[Action item] Copy out the entries below exactly as they stand, but only from the line containing "ThreePointArc((-11.43, 7.62), (-13.73715, 0), (-11.43, -7.62))" through the line containing "# F4 (on face) → F5 (join)".

============

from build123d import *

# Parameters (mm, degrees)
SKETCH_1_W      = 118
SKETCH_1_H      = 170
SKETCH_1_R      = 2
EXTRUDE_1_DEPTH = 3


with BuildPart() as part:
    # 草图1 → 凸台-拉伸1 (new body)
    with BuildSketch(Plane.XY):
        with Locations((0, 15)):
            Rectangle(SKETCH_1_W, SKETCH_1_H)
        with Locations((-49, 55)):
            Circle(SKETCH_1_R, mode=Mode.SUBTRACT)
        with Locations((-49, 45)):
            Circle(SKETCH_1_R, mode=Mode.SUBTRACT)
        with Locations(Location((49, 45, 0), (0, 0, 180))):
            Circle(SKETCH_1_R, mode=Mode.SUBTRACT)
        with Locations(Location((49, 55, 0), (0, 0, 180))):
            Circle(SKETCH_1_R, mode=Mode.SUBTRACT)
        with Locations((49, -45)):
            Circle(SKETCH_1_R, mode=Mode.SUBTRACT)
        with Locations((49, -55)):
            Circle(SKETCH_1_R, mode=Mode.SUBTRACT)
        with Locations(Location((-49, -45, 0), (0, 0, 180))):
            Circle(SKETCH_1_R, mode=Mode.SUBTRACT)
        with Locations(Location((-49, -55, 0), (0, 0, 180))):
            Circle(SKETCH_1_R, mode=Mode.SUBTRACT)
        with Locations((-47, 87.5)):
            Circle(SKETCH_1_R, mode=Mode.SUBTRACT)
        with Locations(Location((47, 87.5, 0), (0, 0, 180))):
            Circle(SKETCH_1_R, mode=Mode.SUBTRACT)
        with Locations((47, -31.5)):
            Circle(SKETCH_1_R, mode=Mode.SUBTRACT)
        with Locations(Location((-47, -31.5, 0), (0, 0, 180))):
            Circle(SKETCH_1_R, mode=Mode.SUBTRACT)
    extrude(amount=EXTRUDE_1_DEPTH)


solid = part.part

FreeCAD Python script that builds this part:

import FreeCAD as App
import Part
import Sketcher
Q = App.Units.Quantity


def add_polygon(sketch, points):
    """Adds a closed chain of lines whose ends are joined by coincident constraints."""
    first, n = sketch.GeometryCount, len(points)
    for a, b in zip(points, points[1:] + points[:1]):
        sketch.addGeometry(Part.LineSegment(App.Vector(*a, 0), App.Vector(*b, 0)), False)
    for i in range(n):
        sketch.addConstraint(Sketcher.Constraint("Coincident", first + i, 2, first + (i + 1) % n, 1))

doc = App.newDocument("Part")
body = doc.addObject("PartDesign::Body", "Body")

sketch1 = doc.addObject("Sketcher::SketchObject", "Sketch")
body.addObject(sketch1)
sketch1.AttachmentSupport = (doc.XY_Plane, [""])
sketch1.MapMode = "FlatFace"
add_polygon(sketch1, [(-59, 100), (-59, -70), (59, -70), (59, 100)])
sketch1.addGeometry(Part.Circle(App.Vector(-49, -55, 0), App.Vector(0, 0, 1), 2), False)
sketch1.addGeometry(Part.Circle(App.Vector(-49, -45, 0), App.Vector(0, 0, 1), 2), False)
sketch1.addGeometry(Part.Circle(App.Vector(-47, -31.5, 0), App.Vector(0, 0, 1), 2), False)
sketch1.addGeometry(Part.Circle(App.Vector(49, -55, 0), App.Vector(0, 0, 1), 2), False)
sketch1.addGeometry(Part.Circle(App.Vector(49, -45, 0), App.Vector(0, 0, 1), 2), False)
sketch1.addGeometry(Part.Circle(App.Vector(47, -31.5, 0), App.Vector(0, 0, 1), 2), False)
sketch1.addGeometry(Part.Circle(App.Vector(-49, 45, 0), App.Vector(0, 0, 1), 2), False)
sketch1.addGeometry(Part.Circle(App.Vector(-49, 55, 0), App.Vector(0, 0, 1), 2), False)
sketch1.addGeometry(Part.Circle(App.Vector(-47, 87.5, 0), App.Vector(0, 0, 1), 2), False)
sketch1.addGeometry(Part.Circle(App.Vector(49, 45, 0), App.Vector(0, 0, 1), 2), False)
sketch1.addGeometry(Part.Circle(App.Vector(49, 55, 0), App.Vector(0, 0, 1), 2), False)
sketch1.addGeometry(Part.Circle(App.Vector(47, 87.5, 0), App.Vector(0, 0, 1), 2), False)
sketch1.addConstraint(Sketcher.Constraint("Vertical", 0))
sketch1.addConstraint(Sketcher.Constraint("Horizontal", 1))
sketch1.addConstraint(Sketcher.Constraint("Vertical", 2))
sketch1.addConstraint(Sketcher.Constraint("Horizontal", 3))
sketch1.addConstraint(Sketcher.Constraint("Equal", 4, 5))
sketch1.addConstraint(Sketcher.Constraint("Equal", 5, 6))
sketch1.addConstraint(Sketcher.Constraint("Equal", 6, 7))
sketch1.addConstraint(Sketcher.Constraint("Equal", 7, 8))
sketch1.addConstraint(Sketcher.Constraint("Equal", 8, 9))
sketch1.addConstraint(Sketcher.Constraint("Equal", 9, 10))
sketch1.addConstraint(Sketcher.Constraint("Equal", 10, 11))
sketch1.addConstraint(Sketcher.Constraint("Equal", 11, 12))
sketch1.addConstraint(Sketcher.Constraint("Equal", 12, 13))
sketch1.addConstraint(Sketcher.Constraint("Equal", 13, 14))
sketch1.addConstraint(Sketcher.Constraint("Equal", 14, 15))
sketch1.addConstraint(Sketcher.Constraint("Symmetric", 8, 3, 10, 3, -1, 1))
sketch1.addConstraint(Sketcher.Constraint("Symmetric", 7, 3, 11, 3, -1, 1))
sketch1.addConstraint(Sketcher.Constraint("Symmetric", 5, 3, 13, 3, -1, 1))
sketch1.addConstraint(Sketcher.Constraint("Symmetric", 4, 3, 14, 3, -1, 1))
sketch1.addConstraint(Sketcher.Constraint("Symmetric", 4, 3, 7, 3, -2))
sketch1.addConstraint(Sketcher.Constraint("Symmetric", 5, 3, 8, 3, -2))
sketch1.addConstraint(Sketcher.Constraint("Symmetric", 6, 3, 9, 3, -2))
sketch1.addConstraint(Sketcher.Constraint("Symmetric", 12, 3, 15, 3, -2))
sketch1.addConstraint(Sketcher.Constraint("Vertical", 4, 3, 5, 3))
sketch1.addConstraint(Sketcher.Constraint("Vertical", 6, 3, 12, 3))
sketch1.addConstraint(Sketcher.Constraint("Diameter", 4, Q("4 mm")))
sketch1.addConstraint(Sketcher.Constraint("DistanceX", 1, 1, 1, 2, Q("118 mm")))
sketch1.addConstraint(Sketcher.Constraint("DistanceY", 0, 2, 0, 1, Q("170 mm")))
sketch1.addConstraint(Sketcher.Constraint("DistanceX", 4, 3, -1, 1, Q("49 mm")))
sketch1.addConstraint(Sketcher.Constraint("DistanceY", 4, 3, -1, 1, Q("55 mm")))
sketch1.addConstraint(Sketcher.Constraint("DistanceY", 5, 3, -1, 1, Q("45 mm")))
sketch1.addConstraint(Sketcher.Constraint("DistanceX", 6, 3, -1, 1, Q("47 mm")))
sketch1.addConstraint(Sketcher.Constraint("DistanceX", 0, 2, -1, 1, Q("59 mm")))
sketch1.addConstraint(Sketcher.Constraint("DistanceY", 0, 2, -1, 1, Q("70 mm")))
sketch1.addConstraint(Sketcher.Constraint("DistanceY", 6, 3, 12, 3, Q("119 mm")))
sketch1.addConstraint(Sketcher.Constraint("DistanceY", 6, 3, -1, 1, Q("31.5 mm")))
pad1 = doc.addObject("PartDesign::Pad", "Pad")
body.addObject(pad1)
pad1.Profile = sketch1
pad1.Length = 3

doc.recompute()
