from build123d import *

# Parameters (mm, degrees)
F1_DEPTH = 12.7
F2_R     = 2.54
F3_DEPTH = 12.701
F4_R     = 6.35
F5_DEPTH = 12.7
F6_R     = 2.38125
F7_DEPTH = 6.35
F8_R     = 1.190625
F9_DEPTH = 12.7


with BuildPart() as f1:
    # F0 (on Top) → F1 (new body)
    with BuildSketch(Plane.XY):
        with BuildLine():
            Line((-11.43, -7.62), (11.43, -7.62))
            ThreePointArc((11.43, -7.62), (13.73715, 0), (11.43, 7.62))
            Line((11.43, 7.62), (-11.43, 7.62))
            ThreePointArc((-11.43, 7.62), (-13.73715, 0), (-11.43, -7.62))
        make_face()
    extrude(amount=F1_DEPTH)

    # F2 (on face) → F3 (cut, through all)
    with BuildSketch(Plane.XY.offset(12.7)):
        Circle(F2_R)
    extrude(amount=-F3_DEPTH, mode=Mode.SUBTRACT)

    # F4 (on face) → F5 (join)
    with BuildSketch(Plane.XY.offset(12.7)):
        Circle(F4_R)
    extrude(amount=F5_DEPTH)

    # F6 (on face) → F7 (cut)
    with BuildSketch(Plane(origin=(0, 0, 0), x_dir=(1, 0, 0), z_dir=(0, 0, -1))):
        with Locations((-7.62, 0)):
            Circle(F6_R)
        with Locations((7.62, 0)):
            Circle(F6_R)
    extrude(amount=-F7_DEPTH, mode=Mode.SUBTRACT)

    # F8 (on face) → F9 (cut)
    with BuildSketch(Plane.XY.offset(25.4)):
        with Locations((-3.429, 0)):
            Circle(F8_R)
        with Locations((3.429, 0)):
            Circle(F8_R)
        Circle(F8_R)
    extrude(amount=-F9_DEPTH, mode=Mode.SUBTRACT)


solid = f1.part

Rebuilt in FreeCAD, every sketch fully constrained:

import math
import FreeCAD as App
import Part
import Sketcher
Q = App.Units.Quantity

doc = App.newDocument("Part")
params = doc.addObject("Spreadsheet::Sheet", "Params")
for row, (alias, value) in enumerate([
    ("sketch1_width", "0.9 in"),
    ("pad1_length", "0.5 in"),
    ("sketch2_diameter", "0.2 in"),
    ("sketch3_diameter", "0.5 in"),
    ("pad2_length", "0.5 in"),
    ("sketch4_diameter", "0.1875 in"),
    ("pocket2_length", "0.25 in"),
    ("sketch5_diameter", "0.09375 in"),
    ("pocket3_length", "0.5 in"),
], start=1):
    params.set(f"A{row}", alias)
    params.set(f"B{row}", "=" + value)
    params.setAlias(f"B{row}", alias)

body = doc.addObject("PartDesign::Body", "Body")

# Sketch on XY plane
sketch1 = doc.addObject("Sketcher::SketchObject", "Sketch")
body.addObject(sketch1)
sketch1.AttachmentSupport = (doc.XY_Plane, [""])
sketch1.MapMode = "FlatFace"
sketch1.addGeometry(Part.LineSegment(App.Vector(-11, -8, 0), App.Vector(11, -8, 0)), False)
sketch1.addGeometry(Part.ArcOfCircle(Part.Circle(App.Vector(0, 0, 0), App.Vector(0, 0, 1), 14), math.radians(-34), math.radians(34)), False)
sketch1.addGeometry(Part.LineSegment(App.Vector(11, 8, 0), App.Vector(-11, 8, 0)), False)
sketch1.addGeometry(Part.ArcOfCircle(Part.Circle(App.Vector(0, 0, 0), App.Vector(0, 0, 1), 14), math.radians(146), math.radians(214)), False)
sketch1.addConstraint(Sketcher.Constraint("Coincident", 0, 2, 1, 1))
sketch1.addConstraint(Sketcher.Constraint("Coincident", 1, 2, 2, 1))
sketch1.addConstraint(Sketcher.Constraint("Coincident", 2, 2, 3, 1))
sketch1.addConstraint(Sketcher.Constraint("Coincident", 3, 2, 0, 1))
sketch1.addConstraint(Sketcher.Constraint("Horizontal", 0))
sketch1.addConstraint(Sketcher.Constraint("Horizontal", 2))
sketch1.addConstraint(Sketcher.Constraint("Coincident", 1, 3, -1, 1))
sketch1.addConstraint(Sketcher.Constraint("Coincident", 3, 3, -1, 1))
sketch1.addConstraint(Sketcher.Constraint("Equal", 1, 3))
sketch1.addConstraint(Sketcher.Constraint("Vertical", 0, 2, 1, 2))
sketch1.addConstraint(Sketcher.Constraint("DistanceX", 0, 1, 0, 2, Q("0.9 in")))
sketch1.addConstraint(Sketcher.Constraint("DistanceY", 0, 2, -1, 1, Q("0.3 in")))
sketch1.setExpression("Constraints[10]", "Params.sketch1_width")
pad1 = doc.addObject("PartDesign::Pad", "Pad")
body.addObject(pad1)
pad1.Profile = sketch1
pad1.setExpression("Length", "Params.pad1_length")

# Sketch on XY plane
sketch2 = doc.addObject("Sketcher::SketchObject", "Sketch001")
body.addObject(sketch2)
sketch2.AttachmentSupport = (doc.XY_Plane, [""])
sketch2.MapMode = "FlatFace"
sketch2.AttachmentOffset = App.Placement(App.Vector(0, 0, 0.5 * 25.4), App.Rotation())
sketch2.addGeometry(Part.Circle(App.Vector(0, 0, 0), App.Vector(0, 0, 1), 2.5), False)
sketch2.addConstraint(Sketcher.Constraint("Coincident", 0, 3, -1, 1))
sketch2.addConstraint(Sketcher.Constraint("Diameter", 0, Q("0.2 in")))
sketch2.setExpression("Constraints[1]", "Params.sketch2_diameter")
pocket1 = doc.addObject("PartDesign::Pocket", "Pocket")
body.addObject(pocket1)
pocket1.Profile = sketch2
pocket1.Type = "ThroughAll"

# Sketch on XY plane
sketch3 = doc.addObject("Sketcher::SketchObject", "Sketch002")
body.addObject(sketch3)
sketch3.AttachmentSupport = (doc.XY_Plane, [""])
sketch3.MapMode = "FlatFace"
sketch3.AttachmentOffset = App.Placement(App.Vector(0, 0, 0.5 * 25.4), App.Rotation())
sketch3.addGeometry(Part.Circle(App.Vector(0, 0, 0), App.Vector(0, 0, 1), 6), False)
sketch3.addConstraint(Sketcher.Constraint("Coincident", 0, 3, -1, 1))
sketch3.addConstraint(Sketcher.Constraint("Diameter", 0, Q("0.5 in")))
sketch3.setExpression("Constraints[1]", "Params.sketch3_diameter")
pad2 = doc.addObject("PartDesign::Pad", "Pad001")
body.addObject(pad2)
pad2.Profile = sketch3
pad2.setExpression("Length", "Params.pad2_length")

# Sketch on XY plane
sketch4 = doc.addObject("Sketcher::SketchObject", "Sketch003")
body.addObject(sketch4)
sketch4.AttachmentSupport = (doc.XY_Plane, [""])
sketch4.MapMode = "FlatFace"
sketch4.addGeometry(Part.Circle(App.Vector(-7.6, 0, 0), App.Vector(0, 0, 1), 2.4), False)
sketch4.addGeometry(Part.Circle(App.Vector(7.6, 0, 0), App.Vector(0, 0, 1), 2.4), False)
sketch4.addConstraint(Sketcher.Constraint("Equal", 0, 1))
sketch4.addConstraint(Sketcher.Constraint("Symmetric", 0, 3, 1, 3, -1, 1))
sketch4.addConstraint(Sketcher.Constraint("PointOnObject", 0, 3, -1))
sketch4.addConstraint(Sketcher.Constraint("Diameter", 0, Q("0.1875 in")))
sketch4.addConstraint(Sketcher.Constraint("DistanceX", 0, 3, -1, 1, Q("0.3 in")))
sketch4.setExpression("Constraints[3]", "Params.sketch4_diameter")
pocket2 = doc.addObject("PartDesign::Pocket", "Pocket001")
body.addObject(pocket2)
pocket2.Profile = sketch4
pocket2.setExpression("Length", "Params.pocket2_length")
pocket2.Reversed = True

# Sketch on XY plane
sketch5 = doc.addObject("Sketcher::SketchObject", "Sketch004")
body.addObject(sketch5)
sketch5.AttachmentSupport = (doc.XY_Plane, [""])
sketch5.MapMode = "FlatFace"
sketch5.AttachmentOffset = App.Placement(App.Vector(0, 0, 1 * 25.4), App.Rotation())
sketch5.addGeometry(Part.Circle(App.Vector(-3.4, 0, 0), App.Vector(0, 0, 1), 1.2), False)
sketch5.addGeometry(Part.Circle(App.Vector(3.4, 0, 0), App.Vector(0, 0, 1), 1.2), False)
sketch5.addGeometry(Part.Circle(App.Vector(0, 0, 0), App.Vector(0, 0, 1), 1.2), False)
sketch5.addConstraint(Sketcher.Constraint("Coincident", 2, 3, -1, 1))
sketch5.addConstraint(Sketcher.Constraint("Equal", 0, 1))
sketch5.addConstraint(Sketcher.Constraint("Equal", 1, 2))
sketch5.addConstraint(Sketcher.Constraint("Symmetric", 0, 3, 1, 3, -1, 1))
sketch5.addConstraint(Sketcher.Constraint("PointOnObject", 0, 3, -1))
sketch5.addConstraint(Sketcher.Constraint("Diameter", 0, Q("0.09375 in")))
sketch5.addConstraint(Sketcher.Constraint("DistanceX", 0, 3, 1, 3, Q("0.27 in")))
sketch5.setExpression("Constraints[5]", "Params.sketch5_diameter")
pocket3 = doc.addObject("PartDesign::Pocket", "Pocket002")
body.addObject(pocket3)
pocket3.Profile = sketch5
pocket3.setExpression("Length", "Params.pocket3_length")

doc.recompute()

============

[Task response]
            ThreePointArc((-11.43, 7.62), (-13.73715, 0), (-11.43, -7.62))
        make_face()
    extrude(amount=F1_DEPTH)

    # F2 (on face) → F3 (cut, through all)
    with BuildSketch(Plane.XY.offset(12.7)):
        Circle(F2_R)
    extrude(amount=-F3_DEPTH, mode=Mode.SUBTRACT)

    # F4 (on face) → F5 (join)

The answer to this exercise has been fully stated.